2) As a teenager Crier worked on her family's farm near Dallas. There she hauled hay, cleaned stalls, and competed in Arabian horse shows across the Southwest. In 1984, she was elected to the 162nd District Court in Dallas County as a State District Judge, becoming the youngest elected state judge in Texas history. During her tenure on the bench, Crier also served as Administrative Judge for the Civil District Courts and worked extensively with the ABA, National Judicial College, and Texas Legislature on legal issues.She has also authored 5 books: her first book, the NY Times bestseller, The Case Against Lawyers in October, 2002. Her second book, A Deadly Game: The Untold Story of the Scott Peterson Investigation became a #1 NY Times bestseller and was followed by Contempt—How the Right is Wronging American Justice, and Final Analysis: The Untold Story of the Susan Polk Murder Case. Her fifth book, Patriot Acts — What Americans Must Do to Save the Republic, was published on November 1, 2011. Fun fact: when Crier got married, she was escorted down the aisle by her favorite dog.

3) It means to grind one's teeth.

4) The game was between Rutgers and Princeton. Loosely based on Rugby and modified rules of the London Football Association, Princeton won with 6 goals to Rutgers' 4.

Monday, November 05, 2012

Alan Rock's Trivia!


1)  This university was the first to award athletic scholarships to women.

2)  On this date in 1946, this Boston Celtic player became the first to shatter a glass backboard.

3)  How many sovereign nations are there in the European Union?

4)  This automaker was founded as the Swallow Sidecar Company in 1922.


1)  The University of Miami was the first to awards athletic scholarships to women and started doing so on May 5, 1973.

2)  It was TV's Rifleman star, Chuck Connors. Connors also played pro baseball for the Los Angeles Angels, the Brooklyn Dodgers and the Chicago Cubs.

3)  27

4)  Jaguar

Friday, November 02, 2012

Alan Rock's Trivia!


1)  The first U.S. postage stamps were sold in 1847. Whose images were on the 5-cent stamp and the 10-cent stamp?

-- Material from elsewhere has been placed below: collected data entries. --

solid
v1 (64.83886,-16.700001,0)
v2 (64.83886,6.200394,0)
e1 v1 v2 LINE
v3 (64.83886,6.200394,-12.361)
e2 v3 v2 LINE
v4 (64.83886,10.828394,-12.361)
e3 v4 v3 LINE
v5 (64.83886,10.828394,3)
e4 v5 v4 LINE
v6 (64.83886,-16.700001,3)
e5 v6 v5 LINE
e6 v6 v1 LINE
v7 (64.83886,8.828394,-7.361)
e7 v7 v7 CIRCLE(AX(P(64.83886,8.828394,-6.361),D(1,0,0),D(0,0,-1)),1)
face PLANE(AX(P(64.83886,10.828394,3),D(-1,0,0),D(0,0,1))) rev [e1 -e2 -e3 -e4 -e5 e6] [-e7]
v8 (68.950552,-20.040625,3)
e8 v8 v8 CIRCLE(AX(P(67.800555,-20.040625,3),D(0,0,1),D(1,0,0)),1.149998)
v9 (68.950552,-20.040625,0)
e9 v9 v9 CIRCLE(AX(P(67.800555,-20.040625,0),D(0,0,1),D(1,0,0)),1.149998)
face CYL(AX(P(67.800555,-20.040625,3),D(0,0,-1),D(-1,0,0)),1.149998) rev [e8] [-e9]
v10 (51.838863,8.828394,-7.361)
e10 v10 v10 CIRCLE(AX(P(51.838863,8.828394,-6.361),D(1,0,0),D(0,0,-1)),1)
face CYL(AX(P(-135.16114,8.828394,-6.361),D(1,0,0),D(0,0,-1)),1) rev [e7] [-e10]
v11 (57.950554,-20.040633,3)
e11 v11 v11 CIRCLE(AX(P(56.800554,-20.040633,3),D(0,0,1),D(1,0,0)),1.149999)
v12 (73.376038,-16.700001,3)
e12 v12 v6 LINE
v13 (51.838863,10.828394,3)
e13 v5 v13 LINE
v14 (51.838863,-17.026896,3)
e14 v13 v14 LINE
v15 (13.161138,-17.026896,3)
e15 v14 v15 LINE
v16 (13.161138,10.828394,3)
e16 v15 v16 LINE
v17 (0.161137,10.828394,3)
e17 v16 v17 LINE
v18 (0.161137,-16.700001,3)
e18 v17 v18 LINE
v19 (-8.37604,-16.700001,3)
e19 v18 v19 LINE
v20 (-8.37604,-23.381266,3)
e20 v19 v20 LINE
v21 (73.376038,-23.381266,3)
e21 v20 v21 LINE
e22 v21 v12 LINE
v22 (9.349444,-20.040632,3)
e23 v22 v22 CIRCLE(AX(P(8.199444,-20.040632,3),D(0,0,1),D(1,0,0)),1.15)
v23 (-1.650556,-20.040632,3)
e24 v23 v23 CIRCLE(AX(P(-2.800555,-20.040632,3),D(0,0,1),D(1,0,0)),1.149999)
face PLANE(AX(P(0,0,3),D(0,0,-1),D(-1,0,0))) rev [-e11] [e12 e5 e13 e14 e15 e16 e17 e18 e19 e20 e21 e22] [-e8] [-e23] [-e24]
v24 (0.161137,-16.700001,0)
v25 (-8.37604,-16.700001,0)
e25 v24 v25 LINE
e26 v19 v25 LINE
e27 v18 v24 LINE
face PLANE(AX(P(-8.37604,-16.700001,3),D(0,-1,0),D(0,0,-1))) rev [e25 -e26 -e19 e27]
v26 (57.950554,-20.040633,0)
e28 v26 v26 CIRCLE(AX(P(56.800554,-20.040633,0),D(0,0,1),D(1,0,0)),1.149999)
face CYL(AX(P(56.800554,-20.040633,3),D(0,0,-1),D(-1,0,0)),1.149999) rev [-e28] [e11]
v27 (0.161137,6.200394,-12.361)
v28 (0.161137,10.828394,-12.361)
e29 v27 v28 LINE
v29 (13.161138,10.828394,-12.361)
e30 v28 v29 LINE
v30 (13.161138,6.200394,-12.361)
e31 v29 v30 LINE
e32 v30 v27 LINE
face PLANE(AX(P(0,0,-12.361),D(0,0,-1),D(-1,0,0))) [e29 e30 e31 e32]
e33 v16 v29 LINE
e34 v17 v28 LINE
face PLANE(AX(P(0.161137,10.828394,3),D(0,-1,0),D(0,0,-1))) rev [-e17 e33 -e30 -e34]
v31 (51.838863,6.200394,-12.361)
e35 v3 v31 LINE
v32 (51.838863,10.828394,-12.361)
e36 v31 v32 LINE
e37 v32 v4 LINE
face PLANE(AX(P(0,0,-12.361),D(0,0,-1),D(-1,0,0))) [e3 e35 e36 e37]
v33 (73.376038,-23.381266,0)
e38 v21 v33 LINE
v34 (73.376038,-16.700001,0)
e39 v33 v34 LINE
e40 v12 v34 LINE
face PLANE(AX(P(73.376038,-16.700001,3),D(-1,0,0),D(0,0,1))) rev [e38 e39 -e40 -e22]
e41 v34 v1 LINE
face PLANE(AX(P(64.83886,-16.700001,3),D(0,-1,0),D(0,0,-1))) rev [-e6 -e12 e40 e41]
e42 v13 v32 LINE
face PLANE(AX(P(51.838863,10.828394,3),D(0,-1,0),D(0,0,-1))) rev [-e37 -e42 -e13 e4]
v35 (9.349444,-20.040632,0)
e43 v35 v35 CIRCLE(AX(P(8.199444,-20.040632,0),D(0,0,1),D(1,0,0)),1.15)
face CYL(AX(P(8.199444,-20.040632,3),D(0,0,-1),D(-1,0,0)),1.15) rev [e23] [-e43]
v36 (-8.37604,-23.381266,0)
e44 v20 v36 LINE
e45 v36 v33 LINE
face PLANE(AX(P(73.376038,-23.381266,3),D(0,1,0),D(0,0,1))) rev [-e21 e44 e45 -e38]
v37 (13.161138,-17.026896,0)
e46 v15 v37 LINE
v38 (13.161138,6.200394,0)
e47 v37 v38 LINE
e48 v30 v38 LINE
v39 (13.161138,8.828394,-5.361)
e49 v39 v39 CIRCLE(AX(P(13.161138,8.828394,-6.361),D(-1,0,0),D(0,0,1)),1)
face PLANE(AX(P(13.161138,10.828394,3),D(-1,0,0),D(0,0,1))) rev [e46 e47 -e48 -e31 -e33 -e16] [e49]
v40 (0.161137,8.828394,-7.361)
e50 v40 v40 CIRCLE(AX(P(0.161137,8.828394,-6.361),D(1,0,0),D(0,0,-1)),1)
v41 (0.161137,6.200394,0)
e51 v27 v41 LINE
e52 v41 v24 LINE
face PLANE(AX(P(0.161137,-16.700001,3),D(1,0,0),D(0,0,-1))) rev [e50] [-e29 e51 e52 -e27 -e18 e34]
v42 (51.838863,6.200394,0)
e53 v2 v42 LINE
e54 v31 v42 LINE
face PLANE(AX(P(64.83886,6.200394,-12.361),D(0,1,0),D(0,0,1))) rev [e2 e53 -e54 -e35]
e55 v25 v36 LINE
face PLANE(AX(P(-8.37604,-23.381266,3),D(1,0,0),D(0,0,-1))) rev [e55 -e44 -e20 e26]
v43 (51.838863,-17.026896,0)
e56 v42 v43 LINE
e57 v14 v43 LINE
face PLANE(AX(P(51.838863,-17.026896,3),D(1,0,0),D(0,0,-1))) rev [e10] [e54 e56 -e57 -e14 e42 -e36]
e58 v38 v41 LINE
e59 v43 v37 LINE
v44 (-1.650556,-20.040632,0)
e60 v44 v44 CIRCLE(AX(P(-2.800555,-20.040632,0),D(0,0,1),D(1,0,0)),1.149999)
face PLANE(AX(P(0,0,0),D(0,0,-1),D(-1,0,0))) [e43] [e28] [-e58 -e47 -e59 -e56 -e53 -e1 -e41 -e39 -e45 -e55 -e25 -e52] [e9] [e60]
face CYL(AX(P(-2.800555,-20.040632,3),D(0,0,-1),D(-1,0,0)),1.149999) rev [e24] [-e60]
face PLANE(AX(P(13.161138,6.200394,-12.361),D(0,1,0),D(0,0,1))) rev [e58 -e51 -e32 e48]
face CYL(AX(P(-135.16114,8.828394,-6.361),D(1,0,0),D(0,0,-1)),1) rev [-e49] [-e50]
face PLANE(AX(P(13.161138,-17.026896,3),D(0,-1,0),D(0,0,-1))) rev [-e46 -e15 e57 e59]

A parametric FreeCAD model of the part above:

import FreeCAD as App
import Part
import Sketcher

doc = App.newDocument("Part")
body = doc.addObject("PartDesign::Body", "Body")

# Sketch on XY plane
sketch1 = doc.addObject("Sketcher::SketchObject", "Sketch")
body.addObject(sketch1)
sketch1.AttachmentSupport = (doc.XY_Plane, [""])
sketch1.MapMode = "FlatFace"
sketch1.addGeometry(Part.LineSegment(App.Vector(13.161138, -17.026896, 0), App.Vector(13.161138, 10.828394, 0)), False)
sketch1.addGeometry(Part.LineSegment(App.Vector(13.161138, 10.828394, 0), App.Vector(0.161137, 10.828394, 0)), False)
sketch1.addGeometry(Part.LineSegment(App.Vector(0.161137, 10.828394, 0), App.Vector(0.161137, -16.700001, 0)), False)
sketch1.addGeometry(Part.LineSegment(App.Vector(0.161137, -16.700001, 0), App.Vector(-8.37604, -16.700001, 0)), False)
sketch1.addGeometry(Part.LineSegment(App.Vector(-8.37604, -16.700001, 0), App.Vector(-8.37604, -23.381266, 0)), False)
sketch1.addGeometry(Part.LineSegment(App.Vector(-8.37604, -23.381266, 0), App.Vector(73.376038, -23.381266, 0)), False)
sketch1.addGeometry(Part.LineSegment(App.Vector(73.376038, -23.381266, 0), App.Vector(73.376038, -16.700001, 0)), False)
sketch1.addGeometry(Part.LineSegment(App.Vector(73.376038, -16.700001, 0), App.Vector(64.83886, -16.700001, 0)), False)
sketch1.addGeometry(Part.LineSegment(App.Vector(64.83886, -16.700001, 0), App.Vector(64.83886, 10.828394, 0)), False)
sketch1.addGeometry(Part.LineSegment(App.Vector(64.83886, 10.828394, 0), App.Vector(51.838863, 10.828394, 0)), False)
sketch1.addGeometry(Part.LineSegment(App.Vector(51.838863, 10.828394, 0), App.Vector(51.838863, -17.026896, 0)), False)
sketch1.addGeometry(Part.LineSegment(App.Vector(51.838863, -17.026896, 0), App.Vector(13.161138, -17.026896, 0)), False)
sketch1.addGeometry(Part.Circle(App.Vector(56.800554, -20.040633, 0), App.Vector(0, 0, 1), 1.149999), False)
sketch1.addGeometry(Part.Circle(App.Vector(8.199444, -20.040632, 0), App.Vector(0, 0, 1), 1.15), False)
sketch1.addGeometry(Part.Circle(App.Vector(-2.800555, -20.040632, 0), App.Vector(0, 0, 1), 1.149999), False)
sketch1.addGeometry(Part.Circle(App.Vector(67.800555, -20.040625, 0), App.Vector(0, 0, 1), 1.149998), False)
sketch1.addConstraint(Sketcher.Constraint("Coincident", 0, 2, 1, 1))
sketch1.addConstraint(Sketcher.Constraint("Coincident", 1, 2, 2, 1))
sketch1.addConstraint(Sketcher.Constraint("Coincident", 2, 2, 3, 1))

2)  This letter is the oldest in the Phoenician alphabet.

3)  What's the difference between a nook and a cranny?

4)  How many letters are in the Greek alphabet?


1)  Ben Franklin was on the 5-cent stamp and George Washington was on the 10-cent stamp.

2)  The letter "O" is the oldest, remaining unchanged from 1300, BCE.

3)  A nook is a corner and a cranny is a crack.